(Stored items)
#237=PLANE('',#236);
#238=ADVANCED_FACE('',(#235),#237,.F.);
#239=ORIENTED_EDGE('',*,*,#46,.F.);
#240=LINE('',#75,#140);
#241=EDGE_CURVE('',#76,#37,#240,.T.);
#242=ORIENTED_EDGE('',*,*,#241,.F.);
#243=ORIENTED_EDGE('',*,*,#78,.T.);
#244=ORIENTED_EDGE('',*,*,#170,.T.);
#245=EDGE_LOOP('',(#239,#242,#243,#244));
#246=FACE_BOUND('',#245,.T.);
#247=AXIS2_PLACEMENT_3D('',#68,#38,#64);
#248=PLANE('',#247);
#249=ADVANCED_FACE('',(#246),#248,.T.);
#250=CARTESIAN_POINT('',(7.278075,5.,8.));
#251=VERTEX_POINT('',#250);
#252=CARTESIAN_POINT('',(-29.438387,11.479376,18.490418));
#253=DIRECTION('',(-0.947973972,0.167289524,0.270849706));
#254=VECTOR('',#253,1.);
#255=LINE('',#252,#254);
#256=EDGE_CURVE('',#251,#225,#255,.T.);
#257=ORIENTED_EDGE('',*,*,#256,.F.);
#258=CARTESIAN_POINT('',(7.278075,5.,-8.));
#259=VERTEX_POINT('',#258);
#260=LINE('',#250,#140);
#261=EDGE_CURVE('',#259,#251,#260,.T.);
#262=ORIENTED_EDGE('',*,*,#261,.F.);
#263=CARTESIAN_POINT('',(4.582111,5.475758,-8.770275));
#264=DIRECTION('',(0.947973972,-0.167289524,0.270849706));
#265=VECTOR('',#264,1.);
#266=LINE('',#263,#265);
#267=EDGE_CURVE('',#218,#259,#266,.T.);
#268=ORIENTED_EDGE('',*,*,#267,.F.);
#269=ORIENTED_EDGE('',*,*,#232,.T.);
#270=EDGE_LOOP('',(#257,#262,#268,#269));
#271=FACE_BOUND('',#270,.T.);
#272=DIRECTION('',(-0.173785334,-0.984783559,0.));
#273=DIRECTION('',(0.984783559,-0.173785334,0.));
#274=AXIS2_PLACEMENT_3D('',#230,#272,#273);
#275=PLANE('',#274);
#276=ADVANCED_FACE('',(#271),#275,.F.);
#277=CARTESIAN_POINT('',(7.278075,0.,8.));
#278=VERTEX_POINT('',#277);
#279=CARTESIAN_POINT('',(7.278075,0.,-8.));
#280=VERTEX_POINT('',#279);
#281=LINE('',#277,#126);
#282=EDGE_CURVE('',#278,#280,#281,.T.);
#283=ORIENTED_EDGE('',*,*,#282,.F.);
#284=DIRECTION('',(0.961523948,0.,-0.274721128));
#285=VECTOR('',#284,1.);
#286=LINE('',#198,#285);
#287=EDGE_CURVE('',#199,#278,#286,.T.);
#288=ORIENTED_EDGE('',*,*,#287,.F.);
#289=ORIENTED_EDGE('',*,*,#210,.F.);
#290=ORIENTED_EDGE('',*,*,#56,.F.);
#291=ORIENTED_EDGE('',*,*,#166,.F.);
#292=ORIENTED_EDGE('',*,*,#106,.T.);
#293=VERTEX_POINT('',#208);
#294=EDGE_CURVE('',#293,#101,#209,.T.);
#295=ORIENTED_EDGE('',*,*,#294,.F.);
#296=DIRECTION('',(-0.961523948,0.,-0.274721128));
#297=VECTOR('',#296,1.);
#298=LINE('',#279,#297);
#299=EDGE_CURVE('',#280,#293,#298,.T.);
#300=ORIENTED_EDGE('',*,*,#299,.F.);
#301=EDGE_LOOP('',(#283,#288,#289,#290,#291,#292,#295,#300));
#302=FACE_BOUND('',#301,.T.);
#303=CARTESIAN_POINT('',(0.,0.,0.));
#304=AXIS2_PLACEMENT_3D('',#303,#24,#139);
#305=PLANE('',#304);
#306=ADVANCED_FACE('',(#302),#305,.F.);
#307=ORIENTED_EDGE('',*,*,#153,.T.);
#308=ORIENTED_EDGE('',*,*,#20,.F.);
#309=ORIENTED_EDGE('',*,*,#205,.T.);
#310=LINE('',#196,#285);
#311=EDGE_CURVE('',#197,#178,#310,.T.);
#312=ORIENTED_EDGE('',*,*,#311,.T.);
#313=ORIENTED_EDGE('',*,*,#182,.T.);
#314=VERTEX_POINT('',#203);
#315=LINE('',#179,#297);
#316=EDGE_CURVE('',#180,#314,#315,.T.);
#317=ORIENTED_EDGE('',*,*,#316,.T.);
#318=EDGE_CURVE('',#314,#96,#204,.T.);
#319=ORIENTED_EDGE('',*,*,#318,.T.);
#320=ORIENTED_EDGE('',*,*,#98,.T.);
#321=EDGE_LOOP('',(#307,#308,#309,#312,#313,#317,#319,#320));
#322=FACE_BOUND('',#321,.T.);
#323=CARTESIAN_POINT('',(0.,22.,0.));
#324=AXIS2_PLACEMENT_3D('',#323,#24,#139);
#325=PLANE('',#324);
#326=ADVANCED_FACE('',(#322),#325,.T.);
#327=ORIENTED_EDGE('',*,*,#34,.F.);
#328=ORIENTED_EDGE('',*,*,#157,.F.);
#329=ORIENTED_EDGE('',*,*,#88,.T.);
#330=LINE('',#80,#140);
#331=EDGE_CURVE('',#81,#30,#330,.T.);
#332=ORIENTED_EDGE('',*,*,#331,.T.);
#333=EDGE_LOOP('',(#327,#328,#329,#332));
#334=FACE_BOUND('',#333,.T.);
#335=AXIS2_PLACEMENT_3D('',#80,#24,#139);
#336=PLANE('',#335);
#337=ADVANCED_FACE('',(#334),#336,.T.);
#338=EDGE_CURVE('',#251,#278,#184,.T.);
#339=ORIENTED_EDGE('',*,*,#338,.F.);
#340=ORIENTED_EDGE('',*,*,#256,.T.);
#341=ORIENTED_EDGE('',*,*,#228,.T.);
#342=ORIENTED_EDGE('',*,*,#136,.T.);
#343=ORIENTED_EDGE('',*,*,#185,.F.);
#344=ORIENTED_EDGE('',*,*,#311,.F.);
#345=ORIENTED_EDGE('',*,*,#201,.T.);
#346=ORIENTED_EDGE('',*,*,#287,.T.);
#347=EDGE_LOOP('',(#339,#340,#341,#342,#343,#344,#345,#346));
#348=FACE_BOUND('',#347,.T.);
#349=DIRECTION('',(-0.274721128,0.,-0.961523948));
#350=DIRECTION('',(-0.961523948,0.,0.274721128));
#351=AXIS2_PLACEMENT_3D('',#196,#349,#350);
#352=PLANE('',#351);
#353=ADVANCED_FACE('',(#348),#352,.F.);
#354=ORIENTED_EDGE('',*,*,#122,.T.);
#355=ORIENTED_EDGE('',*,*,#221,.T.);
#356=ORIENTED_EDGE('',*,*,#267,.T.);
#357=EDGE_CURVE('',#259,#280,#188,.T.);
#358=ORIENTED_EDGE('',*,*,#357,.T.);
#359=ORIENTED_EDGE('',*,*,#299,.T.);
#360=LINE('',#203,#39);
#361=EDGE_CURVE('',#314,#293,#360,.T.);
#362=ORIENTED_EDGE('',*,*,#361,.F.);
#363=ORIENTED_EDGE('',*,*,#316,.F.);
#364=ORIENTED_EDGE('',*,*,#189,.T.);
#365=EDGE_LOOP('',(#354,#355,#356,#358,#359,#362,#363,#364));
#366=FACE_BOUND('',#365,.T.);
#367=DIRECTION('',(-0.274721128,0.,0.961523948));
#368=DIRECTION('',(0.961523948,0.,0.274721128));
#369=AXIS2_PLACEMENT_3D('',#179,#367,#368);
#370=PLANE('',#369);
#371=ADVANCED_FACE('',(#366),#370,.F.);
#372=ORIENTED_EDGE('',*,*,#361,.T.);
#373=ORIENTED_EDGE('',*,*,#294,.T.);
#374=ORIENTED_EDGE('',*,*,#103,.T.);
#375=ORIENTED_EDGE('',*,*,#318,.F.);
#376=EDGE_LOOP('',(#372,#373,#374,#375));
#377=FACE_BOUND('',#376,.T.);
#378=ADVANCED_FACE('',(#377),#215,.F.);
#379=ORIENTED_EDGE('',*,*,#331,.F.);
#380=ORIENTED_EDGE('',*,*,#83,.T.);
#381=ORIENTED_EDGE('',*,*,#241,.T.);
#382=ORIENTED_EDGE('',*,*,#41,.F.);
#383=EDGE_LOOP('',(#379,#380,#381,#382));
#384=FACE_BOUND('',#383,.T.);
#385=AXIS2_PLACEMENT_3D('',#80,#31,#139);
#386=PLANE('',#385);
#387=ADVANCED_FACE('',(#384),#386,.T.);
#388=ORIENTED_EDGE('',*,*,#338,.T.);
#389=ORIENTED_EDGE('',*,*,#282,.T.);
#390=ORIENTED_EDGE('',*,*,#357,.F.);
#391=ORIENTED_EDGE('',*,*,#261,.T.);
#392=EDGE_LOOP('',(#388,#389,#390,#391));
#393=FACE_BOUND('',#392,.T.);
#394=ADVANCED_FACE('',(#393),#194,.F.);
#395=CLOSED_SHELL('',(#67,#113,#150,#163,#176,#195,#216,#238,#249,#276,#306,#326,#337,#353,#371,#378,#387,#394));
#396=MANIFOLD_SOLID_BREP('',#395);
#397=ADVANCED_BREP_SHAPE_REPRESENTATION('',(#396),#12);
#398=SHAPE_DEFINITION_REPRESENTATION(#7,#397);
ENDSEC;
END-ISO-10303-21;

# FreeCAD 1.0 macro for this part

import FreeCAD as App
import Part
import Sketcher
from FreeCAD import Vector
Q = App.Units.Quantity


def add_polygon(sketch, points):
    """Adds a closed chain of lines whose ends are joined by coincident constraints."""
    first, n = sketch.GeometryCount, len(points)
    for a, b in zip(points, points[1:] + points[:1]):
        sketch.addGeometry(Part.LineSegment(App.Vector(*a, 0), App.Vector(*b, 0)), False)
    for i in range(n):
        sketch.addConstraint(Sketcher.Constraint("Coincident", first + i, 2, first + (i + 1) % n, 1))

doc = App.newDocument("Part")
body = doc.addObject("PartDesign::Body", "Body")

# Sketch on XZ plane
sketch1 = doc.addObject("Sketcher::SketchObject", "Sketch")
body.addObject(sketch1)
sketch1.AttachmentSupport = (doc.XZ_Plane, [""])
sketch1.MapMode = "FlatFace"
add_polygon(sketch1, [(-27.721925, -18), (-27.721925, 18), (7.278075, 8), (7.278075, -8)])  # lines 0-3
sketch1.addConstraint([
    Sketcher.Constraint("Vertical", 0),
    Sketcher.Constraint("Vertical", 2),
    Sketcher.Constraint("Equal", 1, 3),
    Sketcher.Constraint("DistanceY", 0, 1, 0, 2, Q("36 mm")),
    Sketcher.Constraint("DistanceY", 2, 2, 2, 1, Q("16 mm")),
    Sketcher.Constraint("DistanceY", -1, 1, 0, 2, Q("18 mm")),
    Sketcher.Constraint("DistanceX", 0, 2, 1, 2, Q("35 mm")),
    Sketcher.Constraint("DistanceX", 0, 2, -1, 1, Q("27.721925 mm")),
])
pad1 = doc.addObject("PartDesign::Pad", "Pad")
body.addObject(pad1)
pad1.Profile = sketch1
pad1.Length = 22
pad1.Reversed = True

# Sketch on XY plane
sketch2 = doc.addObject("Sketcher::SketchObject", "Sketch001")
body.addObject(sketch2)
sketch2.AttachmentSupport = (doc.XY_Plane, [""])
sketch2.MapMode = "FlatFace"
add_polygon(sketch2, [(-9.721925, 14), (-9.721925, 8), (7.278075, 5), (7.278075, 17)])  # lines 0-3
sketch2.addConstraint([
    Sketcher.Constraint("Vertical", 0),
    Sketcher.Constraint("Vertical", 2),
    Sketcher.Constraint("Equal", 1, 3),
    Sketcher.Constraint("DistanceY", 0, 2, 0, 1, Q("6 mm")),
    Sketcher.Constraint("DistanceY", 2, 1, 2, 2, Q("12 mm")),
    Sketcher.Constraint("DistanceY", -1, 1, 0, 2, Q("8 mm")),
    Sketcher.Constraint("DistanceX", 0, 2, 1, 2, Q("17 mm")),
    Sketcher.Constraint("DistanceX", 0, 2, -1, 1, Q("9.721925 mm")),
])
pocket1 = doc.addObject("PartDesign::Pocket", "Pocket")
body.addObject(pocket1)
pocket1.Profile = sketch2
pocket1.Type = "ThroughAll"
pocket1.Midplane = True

■ **YOUR OBJECTIVE**
Starting with the line that holds "#379=ORIENTED_EDGE('',*,*,#331,.F.);" and ending with the line that holds "#386=PLANE('',#385);", retype every line in the data above exactly, and nothing else.

■ **OUTPUT BELOW**
#379=ORIENTED_EDGE('',*,*,#331,.F.);
#380=ORIENTED_EDGE('',*,*,#83,.T.);
#381=ORIENTED_EDGE('',*,*,#241,.T.);
#382=ORIENTED_EDGE('',*,*,#41,.F.);
#383=EDGE_LOOP('',(#379,#380,#381,#382));
#384=FACE_BOUND('',#383,.T.);
#385=AXIS2_PLACEMENT_3D('',#80,#31,#139);
#386=PLANE('',#385);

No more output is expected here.